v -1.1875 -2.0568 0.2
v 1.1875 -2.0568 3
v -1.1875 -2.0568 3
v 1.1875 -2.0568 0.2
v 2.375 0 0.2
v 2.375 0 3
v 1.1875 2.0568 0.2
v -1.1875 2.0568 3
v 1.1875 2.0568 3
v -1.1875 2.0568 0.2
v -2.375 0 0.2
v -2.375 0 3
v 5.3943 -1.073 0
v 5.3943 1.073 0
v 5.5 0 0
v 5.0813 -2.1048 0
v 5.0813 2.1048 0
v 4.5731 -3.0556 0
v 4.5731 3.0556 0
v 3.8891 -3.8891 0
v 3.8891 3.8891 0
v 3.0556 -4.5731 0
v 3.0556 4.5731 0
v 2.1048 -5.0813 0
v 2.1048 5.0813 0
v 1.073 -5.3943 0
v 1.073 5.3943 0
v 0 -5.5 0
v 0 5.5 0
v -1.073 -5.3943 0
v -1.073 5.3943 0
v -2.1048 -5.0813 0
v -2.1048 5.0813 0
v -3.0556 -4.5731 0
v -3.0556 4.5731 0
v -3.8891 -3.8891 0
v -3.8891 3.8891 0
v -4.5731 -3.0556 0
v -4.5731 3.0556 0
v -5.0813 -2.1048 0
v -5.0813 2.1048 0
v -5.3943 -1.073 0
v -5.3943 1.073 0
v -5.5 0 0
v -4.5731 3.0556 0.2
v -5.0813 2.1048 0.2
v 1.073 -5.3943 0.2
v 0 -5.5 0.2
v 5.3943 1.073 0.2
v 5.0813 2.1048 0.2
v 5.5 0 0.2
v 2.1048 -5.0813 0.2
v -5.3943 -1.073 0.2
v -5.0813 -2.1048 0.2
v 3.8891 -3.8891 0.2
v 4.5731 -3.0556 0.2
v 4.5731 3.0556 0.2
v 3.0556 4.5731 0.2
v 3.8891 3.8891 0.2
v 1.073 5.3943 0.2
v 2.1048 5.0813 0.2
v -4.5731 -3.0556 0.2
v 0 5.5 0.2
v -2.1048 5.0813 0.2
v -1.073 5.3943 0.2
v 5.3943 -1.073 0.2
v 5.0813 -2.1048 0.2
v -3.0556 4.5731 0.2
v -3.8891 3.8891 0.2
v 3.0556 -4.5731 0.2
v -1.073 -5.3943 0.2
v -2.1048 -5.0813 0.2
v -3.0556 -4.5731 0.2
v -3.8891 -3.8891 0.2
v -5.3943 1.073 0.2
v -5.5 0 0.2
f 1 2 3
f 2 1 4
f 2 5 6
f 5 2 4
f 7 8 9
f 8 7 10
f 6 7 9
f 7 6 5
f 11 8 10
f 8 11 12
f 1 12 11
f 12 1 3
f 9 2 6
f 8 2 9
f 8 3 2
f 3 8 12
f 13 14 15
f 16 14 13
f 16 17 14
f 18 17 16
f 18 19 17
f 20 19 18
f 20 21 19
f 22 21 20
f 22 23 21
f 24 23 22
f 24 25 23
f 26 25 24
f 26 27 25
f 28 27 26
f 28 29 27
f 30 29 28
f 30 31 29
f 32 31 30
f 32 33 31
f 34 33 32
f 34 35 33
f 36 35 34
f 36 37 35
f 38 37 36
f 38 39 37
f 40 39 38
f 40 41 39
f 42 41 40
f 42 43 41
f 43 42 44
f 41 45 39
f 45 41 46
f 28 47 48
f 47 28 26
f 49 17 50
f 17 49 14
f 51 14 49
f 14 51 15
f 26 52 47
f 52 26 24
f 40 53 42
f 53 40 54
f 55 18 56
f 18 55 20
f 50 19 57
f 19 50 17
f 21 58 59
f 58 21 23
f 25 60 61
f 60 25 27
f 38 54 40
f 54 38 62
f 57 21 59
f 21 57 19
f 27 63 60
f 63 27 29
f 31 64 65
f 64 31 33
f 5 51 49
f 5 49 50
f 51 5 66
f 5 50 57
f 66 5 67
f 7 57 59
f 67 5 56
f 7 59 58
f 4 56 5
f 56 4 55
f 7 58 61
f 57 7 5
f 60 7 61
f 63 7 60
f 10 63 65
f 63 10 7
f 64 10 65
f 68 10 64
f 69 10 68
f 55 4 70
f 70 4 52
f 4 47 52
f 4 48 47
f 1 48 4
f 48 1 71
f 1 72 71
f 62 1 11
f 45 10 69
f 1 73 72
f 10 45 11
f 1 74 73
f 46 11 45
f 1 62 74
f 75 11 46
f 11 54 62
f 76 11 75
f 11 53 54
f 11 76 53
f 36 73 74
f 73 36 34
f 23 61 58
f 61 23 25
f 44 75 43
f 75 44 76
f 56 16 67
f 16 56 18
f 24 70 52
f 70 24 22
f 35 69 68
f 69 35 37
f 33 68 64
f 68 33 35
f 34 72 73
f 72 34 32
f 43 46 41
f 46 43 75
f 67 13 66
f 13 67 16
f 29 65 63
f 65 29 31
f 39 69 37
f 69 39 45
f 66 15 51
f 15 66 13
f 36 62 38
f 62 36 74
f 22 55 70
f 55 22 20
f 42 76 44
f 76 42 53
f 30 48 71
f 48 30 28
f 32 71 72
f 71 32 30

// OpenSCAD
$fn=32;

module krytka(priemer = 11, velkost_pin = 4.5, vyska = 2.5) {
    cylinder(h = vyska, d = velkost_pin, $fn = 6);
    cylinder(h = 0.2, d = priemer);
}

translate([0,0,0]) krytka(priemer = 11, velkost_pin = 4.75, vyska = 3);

□ □ □ □ □ □ □

Exercise goal:
Transcribe each entry word for word.

Answer to this exercise:
v -1.1875 -2.0568 0.2
v 1.1875 -2.0568 3
v -1.1875 -2.0568 3
v 1.1875 -2.0568 0.2
v 2.375 0 0.2
v 2.375 0 3
v 1.1875 2.0568 0.2
v -1.1875 2.0568 3
v 1.1875 2.0568 3
v -1.1875 2.0568 0.2
v -2.375 0 0.2
v -2.375 0 3
v 5.3943 -1.073 0
v 5.3943 1.073 0
v 5.5 0 0
v 5.0813 -2.1048 0
v 5.0813 2.1048 0
v 4.5731 -3.0556 0
v 4.5731 3.0556 0
v 3.8891 -3.8891 0
v 3.8891 3.8891 0
v 3.0556 -4.5731 0
v 3.0556 4.5731 0
v 2.1048 -5.0813 0
v 2.1048 5.0813 0
v 1.073 -5.3943 0
v 1.073 5.3943 0
v 0 -5.5 0
v 0 5.5 0
v -1.073 -5.3943 0
v -1.073 5.3943 0
v -2.1048 -5.0813 0
v -2.1048 5.0813 0
v -3.0556 -4.5731 0
v -3.0556 4.5731 0
v -3.8891 -3.8891 0
v -3.8891 3.8891 0
v -4.5731 -3.0556 0
v -4.5731 3.0556 0
v -5.0813 -2.1048 0
v -5.0813 2.1048 0
v -5.3943 -1.073 0
v -5.3943 1.073 0
v -5.5 0 0
v -4.5731 3.0556 0.2
v -5.0813 2.1048 0.2
v 1.073 -5.3943 0.2
v 0 -5.5 0.2
v 5.3943 1.073 0.2
v 5.0813 2.1048 0.2
v 5.5 0 0.2
v 2.1048 -5.0813 0.2
v -5.3943 -1.073 0.2
v -5.0813 -2.1048 0.2
v 3.8891 -3.8891 0.2
v 4.5731 -3.0556 0.2
v 4.5731 3.0556 0.2
v 3.0556 4.5731 0.2
v 3.8891 3.8891 0.2
v 1.073 5.3943 0.2
v 2.1048 5.0813 0.2
v -4.5731 -3.0556 0.2
v 0 5.5 0.2
v -2.1048 5.0813 0.2
v -1.073 5.3943 0.2
v 5.3943 -1.073 0.2
v 5.0813 -2.1048 0.2
v -3.0556 4.5731 0.2
v -3.8891 3.8891 0.2
v 3.0556 -4.5731 0.2
v -1.073 -5.3943 0.2
v -2.1048 -5.0813 0.2
v -3.0556 -4.5731 0.2
v -3.8891 -3.8891 0.2
v -5.3943 1.073 0.2
v -5.5 0 0.2
f 1 2 3
f 2 1 4
f 2 5 6
f 5 2 4
f 7 8 9
f 8 7 10
f 6 7 9
f 7 6 5
f 11 8 10
f 8 11 12
f 1 12 11
f 12 1 3
f 9 2 6
f 8 2 9
f 8 3 2
f 3 8 12
f 13 14 15
f 16 14 13
f 16 17 14
f 18 17 16
f 18 19 17
f 20 19 18
f 20 21 19
f 22 21 20
f 22 23 21
f 24 23 22
f 24 25 23
f 26 25 24
f 26 27 25
f 28 27 26
f 28 29 27
f 30 29 28
f 30 31 29
f 32 31 30
f 32 33 31
f 34 33 32
f 34 35 33
f 36 35 34
f 36 37 35
f 38 37 36
f 38 39 37
f 40 39 38
f 40 41 39
f 42 41 40
f 42 43 41
f 43 42 44
f 41 45 39
f 45 41 46
f 28 47 48
f 47 28 26
f 49 17 50
f 17 49 14
f 51 14 49
f 14 51 15
f 26 52 47
f 52 26 24
f 40 53 42
f 53 40 54
f 55 18 56
f 18 55 20
f 50 19 57
f 19 50 17
f 21 58 59
f 58 21 23
f 25 60 61
f 60 25 27
f 38 54 40
f 54 38 62
f 57 21 59
f 21 57 19
f 27 63 60
f 63 27 29
f 31 64 65
f 64 31 33
f 5 51 49
f 5 49 50
f 51 5 66
f 5 50 57
f 66 5 67
f 7 57 59
f 67 5 56
f 7 59 58
f 4 56 5
f 56 4 55
f 7 58 61
f 57 7 5
f 60 7 61
f 63 7 60
f 10 63 65
f 63 10 7
f 64 10 65
f 68 10 64
f 69 10 68
f 55 4 70
f 70 4 52
f 4 47 52
f 4 48 47
f 1 48 4
f 48 1 71
f 1 72 71
f 62 1 11
f 45 10 69
f 1 73 72
f 10 45 11
f 1 74 73
f 46 11 45
f 1 62 74
f 75 11 46
f 11 54 62
f 76 11 75
f 11 53 54
f 11 76 53
f 36 73 74
f 73 36 34
f 23 61 58
f 61 23 25
f 44 75 43
f 75 44 76
f 56 16 67
f 16 56 18
f 24 70 52
f 70 24 22
f 35 69 68
f 69 35 37
f 33 68 64
f 68 33 35
f 34 72 73
f 72 34 32
f 43 46 41
f 46 43 75
f 67 13 66
f 13 67 16
f 29 65 63
f 65 29 31
f 39 69 37
f 69 39 45
f 66 15 51
f 15 66 13
f 36 62 38
f 62 36 74
f 22 55 70
f 55 22 20
f 42 76 44
f 76 42 53
f 30 48 71
f 48 30 28
f 32 71 72
f 71 32 30

// OpenSCAD
$fn=32;

module krytka(priemer = 11, velkost_pin = 4.5, vyska = 2.5) {
    cylinder(h = vyska, d = velkost_pin, $fn = 6);
    cylinder(h = 0.2, d = priemer);
}

translate([0,0,0]) krytka(priemer = 11, velkost_pin = 4.75, vyska = 3);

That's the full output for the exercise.